打比賽磕磕碰碰是常有的事,暴躁的還愛一邊打球一邊爆垃圾話,林森就是其一。不是所有人都跟理重班那樣打球和養老散步似的,不免中途冒出些火氣來。
那回的事情,洛時序后來在楊超那兒聽過點,林森要投一個壓哨球,也不顧什么犯規不犯規的,把岑冉給撞倒了,岑冉這細皮嫩肉的在地上一擦,左胳膊登時見了血。
但是他要聽岑冉和他說。
岑冉說是不小心撞的,洛時序道:“哥給你報仇去。”
他覺得洛時序心情有點不太好,上半場賽事激烈,大家都被弄得心里煩躁,可洛時序不像是個打球還能較真生氣的人。
這場洛時序也明顯比之前打得順,拿到球后連著投三分,原先還有心思和場外人開開玩笑,現在全神投入在了比賽上。
一舉一動都在和人家說,我剛才都是鬧著玩的,現在才認真和你們打。
這也太隨意了點,是心大還是拽得沒把對面放在眼里。
洛時序以前打的是前鋒,運球突破練得好,沒見他橫沖直撞,便過了對面兩個人,再是一個急停跳投。
整個過程很流暢,都沒給觀賽者提心吊膽的刺激感,光顧著掉下巴了。
岱州一中的籃球隊實力在省內沒排第一第二,那也每次都打進前四,七班那幾個都是籃球隊的主力,剩下的也算是校隊替補,在洛時序手底下怎么跟捏小雞似的呢?
“這人什么來歷啊?”張倩倩擠到理重班搖旗吶喊的那一堆人里,小聲問道。
楊悅盤腿坐在記分牌邊上,手往地上拍了拍,于是張倩倩蹲在她邊上。
“之前都傳他鄉下來的,也不知道怎么想的,還講得頭頭是道,我都差點信了。”楊悅又給記分牌往后翻了兩頁,嘚瑟地沖左邊那七班的女生一笑,再和張倩倩道,“我看是從火星來的。”
成績好,性格好,長得好,這下連打籃球都好,沒有異議的新校草,怪不得大家愛拿他處處和岑冉作比較。楊悅心想,又說道:“岑冉就是太冷了,唉,沒人愿意吊死在西伯利亞的枯樹上,掛兩年就風干了。”
張倩倩為岑冉辯解道:“他這是表里如一。”
“說不準只是悶騷。”楊悅道。
“那這洛時序說不準只是腹黑呢,看著衣冠楚楚的,誰知道他私底下怎么樣。”
“反正我們是輪不到知道他私底下怎么樣咯。”說這么幾句話的工夫,楊悅再把記分牌往后翻了三張。
“悅姐,他女朋友到底是誰啊?”張倩倩問。
“我也不曉得,謠言吧?那天晚上也沒人見過他來女寢樓下送蛋糕。”
“這謠言傳得和真的一樣。”張倩倩吐槽道,思及自己當年和岑冉也傳得和真的一樣,還惹得岑冉躲自己躲得遠遠的,她更憤憤不平了,道,“造謠的太可惡了!”
楊悅雙手做喇叭狀,道:“一班加油!!”
理重班排在一班,文重班排在二班,接下來都是平行班,還有三個班是教育局立的中德班,不和前面班級在一棟樓里。

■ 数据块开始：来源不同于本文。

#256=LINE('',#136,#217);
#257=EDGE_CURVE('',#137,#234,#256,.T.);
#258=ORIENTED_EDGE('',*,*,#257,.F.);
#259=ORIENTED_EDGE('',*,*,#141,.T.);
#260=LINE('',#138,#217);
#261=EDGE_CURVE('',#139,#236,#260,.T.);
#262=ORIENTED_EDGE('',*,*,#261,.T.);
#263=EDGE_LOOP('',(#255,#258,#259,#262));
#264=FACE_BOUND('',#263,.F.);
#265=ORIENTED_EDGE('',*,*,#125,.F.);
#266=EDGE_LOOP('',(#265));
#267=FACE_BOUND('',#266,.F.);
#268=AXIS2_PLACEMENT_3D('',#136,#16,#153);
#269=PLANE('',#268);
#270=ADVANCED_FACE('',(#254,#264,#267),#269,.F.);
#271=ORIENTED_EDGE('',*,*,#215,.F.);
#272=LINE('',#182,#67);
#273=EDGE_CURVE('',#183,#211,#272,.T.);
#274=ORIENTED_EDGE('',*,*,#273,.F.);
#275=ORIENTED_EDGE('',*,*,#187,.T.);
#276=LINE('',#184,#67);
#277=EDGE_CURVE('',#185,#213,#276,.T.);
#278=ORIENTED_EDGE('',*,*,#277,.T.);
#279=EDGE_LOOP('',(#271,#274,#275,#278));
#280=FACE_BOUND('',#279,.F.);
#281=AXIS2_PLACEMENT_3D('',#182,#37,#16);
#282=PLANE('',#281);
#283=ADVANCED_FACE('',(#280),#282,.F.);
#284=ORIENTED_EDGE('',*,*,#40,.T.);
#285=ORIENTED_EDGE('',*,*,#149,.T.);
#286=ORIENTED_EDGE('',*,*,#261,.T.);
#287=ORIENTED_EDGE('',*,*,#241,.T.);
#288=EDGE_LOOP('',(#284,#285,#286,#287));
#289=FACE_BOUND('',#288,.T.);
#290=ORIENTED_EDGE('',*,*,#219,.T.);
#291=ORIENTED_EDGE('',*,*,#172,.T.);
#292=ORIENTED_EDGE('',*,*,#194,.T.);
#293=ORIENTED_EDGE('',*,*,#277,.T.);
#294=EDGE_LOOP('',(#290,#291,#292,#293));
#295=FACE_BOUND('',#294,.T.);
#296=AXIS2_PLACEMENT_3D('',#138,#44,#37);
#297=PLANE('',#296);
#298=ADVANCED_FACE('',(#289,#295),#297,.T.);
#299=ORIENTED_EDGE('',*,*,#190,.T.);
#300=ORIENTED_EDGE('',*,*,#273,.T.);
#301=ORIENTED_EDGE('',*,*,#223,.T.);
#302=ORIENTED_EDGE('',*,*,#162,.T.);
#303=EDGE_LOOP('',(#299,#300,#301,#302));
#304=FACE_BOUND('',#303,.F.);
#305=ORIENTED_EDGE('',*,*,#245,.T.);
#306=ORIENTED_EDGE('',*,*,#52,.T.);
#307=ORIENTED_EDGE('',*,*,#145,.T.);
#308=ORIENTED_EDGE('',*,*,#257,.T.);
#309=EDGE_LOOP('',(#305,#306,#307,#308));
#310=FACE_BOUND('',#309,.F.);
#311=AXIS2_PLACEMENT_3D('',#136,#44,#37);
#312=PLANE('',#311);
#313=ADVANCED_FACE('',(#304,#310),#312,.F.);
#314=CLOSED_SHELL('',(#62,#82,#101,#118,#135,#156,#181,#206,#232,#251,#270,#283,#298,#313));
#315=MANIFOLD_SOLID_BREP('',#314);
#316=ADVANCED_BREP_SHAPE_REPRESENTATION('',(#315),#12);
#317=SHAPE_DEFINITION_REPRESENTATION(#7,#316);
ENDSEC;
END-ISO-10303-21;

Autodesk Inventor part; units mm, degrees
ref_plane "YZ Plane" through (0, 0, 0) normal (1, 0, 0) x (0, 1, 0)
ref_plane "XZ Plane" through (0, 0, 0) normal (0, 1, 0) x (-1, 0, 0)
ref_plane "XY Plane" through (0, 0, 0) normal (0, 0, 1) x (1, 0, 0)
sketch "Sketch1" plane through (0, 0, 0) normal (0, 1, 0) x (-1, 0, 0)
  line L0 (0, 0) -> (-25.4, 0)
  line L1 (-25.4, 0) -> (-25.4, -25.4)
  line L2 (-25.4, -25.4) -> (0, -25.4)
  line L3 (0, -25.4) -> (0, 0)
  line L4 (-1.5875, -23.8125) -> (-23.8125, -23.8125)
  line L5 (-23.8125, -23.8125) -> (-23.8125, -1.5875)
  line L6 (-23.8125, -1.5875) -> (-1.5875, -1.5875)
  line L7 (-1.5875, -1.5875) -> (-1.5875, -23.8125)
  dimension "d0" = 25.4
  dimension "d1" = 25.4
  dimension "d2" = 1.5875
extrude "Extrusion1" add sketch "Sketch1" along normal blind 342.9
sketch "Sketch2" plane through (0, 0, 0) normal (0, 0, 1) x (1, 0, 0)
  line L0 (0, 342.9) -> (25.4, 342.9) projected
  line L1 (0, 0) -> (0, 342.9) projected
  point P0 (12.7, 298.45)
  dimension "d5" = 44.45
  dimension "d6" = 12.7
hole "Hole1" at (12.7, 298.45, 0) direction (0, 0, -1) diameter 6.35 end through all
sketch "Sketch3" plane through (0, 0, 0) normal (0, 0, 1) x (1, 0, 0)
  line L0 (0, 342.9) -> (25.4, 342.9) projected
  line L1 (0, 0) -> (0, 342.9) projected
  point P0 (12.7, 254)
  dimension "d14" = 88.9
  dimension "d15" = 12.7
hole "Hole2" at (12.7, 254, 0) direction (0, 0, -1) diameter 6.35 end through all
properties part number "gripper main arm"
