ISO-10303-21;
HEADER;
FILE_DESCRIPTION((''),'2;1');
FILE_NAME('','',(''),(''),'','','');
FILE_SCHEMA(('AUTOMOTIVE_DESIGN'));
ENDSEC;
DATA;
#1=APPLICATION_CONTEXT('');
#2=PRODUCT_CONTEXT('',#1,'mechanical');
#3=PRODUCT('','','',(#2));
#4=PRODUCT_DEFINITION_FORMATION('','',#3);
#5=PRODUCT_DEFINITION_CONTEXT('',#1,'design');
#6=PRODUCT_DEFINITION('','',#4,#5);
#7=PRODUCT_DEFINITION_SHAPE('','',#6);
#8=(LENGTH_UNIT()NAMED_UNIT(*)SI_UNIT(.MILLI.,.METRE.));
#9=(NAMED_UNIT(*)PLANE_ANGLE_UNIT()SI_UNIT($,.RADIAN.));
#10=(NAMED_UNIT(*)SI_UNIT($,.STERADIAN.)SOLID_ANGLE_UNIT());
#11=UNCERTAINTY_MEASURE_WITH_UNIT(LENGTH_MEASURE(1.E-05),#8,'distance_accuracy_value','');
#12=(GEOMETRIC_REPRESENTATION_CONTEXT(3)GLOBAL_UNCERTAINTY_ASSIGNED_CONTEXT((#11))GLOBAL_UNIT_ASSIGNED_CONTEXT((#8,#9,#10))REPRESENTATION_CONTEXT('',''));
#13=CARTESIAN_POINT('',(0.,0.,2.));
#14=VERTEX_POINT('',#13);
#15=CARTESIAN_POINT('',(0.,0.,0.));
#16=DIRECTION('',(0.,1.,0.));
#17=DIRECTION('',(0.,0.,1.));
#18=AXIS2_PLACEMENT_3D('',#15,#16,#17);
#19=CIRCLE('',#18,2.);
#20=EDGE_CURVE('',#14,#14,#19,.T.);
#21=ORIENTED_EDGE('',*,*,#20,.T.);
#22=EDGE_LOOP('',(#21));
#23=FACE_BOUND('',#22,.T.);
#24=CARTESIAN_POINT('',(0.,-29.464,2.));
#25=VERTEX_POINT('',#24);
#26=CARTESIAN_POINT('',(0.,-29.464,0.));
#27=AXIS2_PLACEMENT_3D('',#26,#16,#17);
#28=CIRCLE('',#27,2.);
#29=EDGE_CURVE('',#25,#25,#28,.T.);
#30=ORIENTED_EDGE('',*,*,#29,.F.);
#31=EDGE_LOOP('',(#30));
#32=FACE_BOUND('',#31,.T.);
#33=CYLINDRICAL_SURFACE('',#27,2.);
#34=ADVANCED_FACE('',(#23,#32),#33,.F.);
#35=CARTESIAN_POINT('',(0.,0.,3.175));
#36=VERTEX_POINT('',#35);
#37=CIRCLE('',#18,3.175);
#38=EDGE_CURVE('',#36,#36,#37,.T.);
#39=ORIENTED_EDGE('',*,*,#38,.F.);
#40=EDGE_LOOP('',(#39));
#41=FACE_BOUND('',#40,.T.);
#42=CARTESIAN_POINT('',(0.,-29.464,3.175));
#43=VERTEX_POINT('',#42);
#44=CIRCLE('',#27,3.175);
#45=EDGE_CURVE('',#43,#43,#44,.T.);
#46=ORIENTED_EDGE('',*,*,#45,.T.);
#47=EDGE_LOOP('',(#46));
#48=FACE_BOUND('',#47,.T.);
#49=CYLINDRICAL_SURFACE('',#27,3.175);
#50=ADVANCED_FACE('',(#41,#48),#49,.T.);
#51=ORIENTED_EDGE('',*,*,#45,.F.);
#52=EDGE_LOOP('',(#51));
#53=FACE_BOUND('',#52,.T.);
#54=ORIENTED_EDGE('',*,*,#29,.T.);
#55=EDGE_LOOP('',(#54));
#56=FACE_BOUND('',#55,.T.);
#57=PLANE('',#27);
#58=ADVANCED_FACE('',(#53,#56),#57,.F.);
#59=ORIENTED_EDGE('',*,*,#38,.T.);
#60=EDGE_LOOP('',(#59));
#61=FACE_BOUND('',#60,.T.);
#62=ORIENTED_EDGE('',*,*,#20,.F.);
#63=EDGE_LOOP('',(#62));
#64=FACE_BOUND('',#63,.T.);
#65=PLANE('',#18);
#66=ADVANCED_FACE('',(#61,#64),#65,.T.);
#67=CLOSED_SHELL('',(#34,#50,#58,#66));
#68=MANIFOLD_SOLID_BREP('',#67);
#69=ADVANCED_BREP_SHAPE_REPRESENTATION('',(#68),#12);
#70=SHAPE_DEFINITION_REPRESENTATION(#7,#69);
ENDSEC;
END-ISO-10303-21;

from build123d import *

# Parameters (mm, degrees)
SKETCH1_R           = 3.175
SKETCH1_R_2         = 2
BOSS_EXTRUDE1_DEPTH = 29.464


with BuildPart() as part:
    # Sketch1 → Boss-Extrude1 (new body)
    with BuildSketch(Plane(origin=(0, 0, 0), x_dir=(1, 0, 0), z_dir=(0, 1, 0))):
        Circle(SKETCH1_R)
        Circle(SKETCH1_R_2, mode=Mode.SUBTRACT)
    extrude(amount=-BOSS_EXTRUDE1_DEPTH)


solid = part.part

顧尋剃了個板寸后,遭到周圍一片損友的無情嘲笑,此刻球場上很神氣,一掃往日的垂頭喪氣,摸了把自己被剃短的頭發,看到洛時序進球,激動得差點和邊上年級副主任來一個擁抱。
他們都有意去幫助洛時序,但還是岑冉與他最合得來,甚至都不需要任何眼神交流,光是洛時序換了個運球手法,岑冉都能知道他下一步干什么。